Oh thank god its not just me, I noticed years ago this phenomena, not always! but very often if I lay in bed trying to nod off again in the morning, it can give me the headache all day, its that headache that really feels inflamation inside the head lol, and your eye feels like it is bulging a bit, and you feel dumb n weak all day, but yes if you just get up immediately, you can guarantee a headache free day! we need alarms that say" hey you, get up, hey get up now, don't you dare go back to sleep, etc etc. it could be related to out high metabolism and adrenaline filled bike riding, our minds start thinking of riding, so our body adjusts to this, but we just try to stay still in bed.


----------



## AuroraSaab (3 Nov 2019)

Headache after a lie in or prolonged sleep is often dehydration. Anybody getting frequent bad headaches, especially if accompanied by vomiting, should have a check with their gp just to be sure.


----------



## DavdH22 (10 Jan 2020)

Globalti said:


> I'm really heartened to know I'm not alone!
> 
> Does anybody have any theories as to why it happens?
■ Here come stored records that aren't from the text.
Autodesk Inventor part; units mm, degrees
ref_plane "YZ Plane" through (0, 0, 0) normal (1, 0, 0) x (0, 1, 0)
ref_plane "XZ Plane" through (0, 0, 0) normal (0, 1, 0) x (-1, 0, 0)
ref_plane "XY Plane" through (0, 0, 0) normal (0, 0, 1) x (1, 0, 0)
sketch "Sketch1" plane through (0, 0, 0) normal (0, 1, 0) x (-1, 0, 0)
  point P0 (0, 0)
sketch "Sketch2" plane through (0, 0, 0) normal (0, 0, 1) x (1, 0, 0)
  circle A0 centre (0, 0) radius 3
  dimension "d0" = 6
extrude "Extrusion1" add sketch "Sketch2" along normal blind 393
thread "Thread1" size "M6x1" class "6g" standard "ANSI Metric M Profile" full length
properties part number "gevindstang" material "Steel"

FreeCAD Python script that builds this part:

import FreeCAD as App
import Part
import Sketcher

doc = App.newDocument("Part")
body = doc.addObject("PartDesign::Body", "Body")

# Sketch on XY plane
sketch1 = body.newObject("Sketcher::SketchObject", "Sketch")
sketch1.AttachmentSupport = (doc.getObject("XY_Plane"), [""])
sketch1.MapMode = "FlatFace"
sketch1.addGeometry(Part.Circle(App.Vector(0, 0, 0), App.Vector(0, 0, 1), 3), False)
sketch1.addConstraint([
    Sketcher.Constraint("Coincident", 0, 3, -1, 1),
    Sketcher.Constraint("Diameter", 0, 6.0),
])
pad1 = body.newObject("PartDesign::Pad", "Pad")
pad1.Profile = sketch1
pad1.Length = 393

doc.recompute()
Hey I know this was posted about a decade ago, but did you ever figure it out? The same thing has been happening to me and it's unbearable.


----------



## Phaeton (10 Jan 2020)

DavdH22 said:


> Hey I know this was posted about a decade ago, but did you ever figure it out? The same thing has been happening to me and it's unbearable.


I wondered why the link didn't work


----------



## vickster (10 Jan 2020)

DavdH22 said:


> Hey I know this was posted about a decade ago, but did you ever figure it out? The same thing has been happening to me and it's unbearable.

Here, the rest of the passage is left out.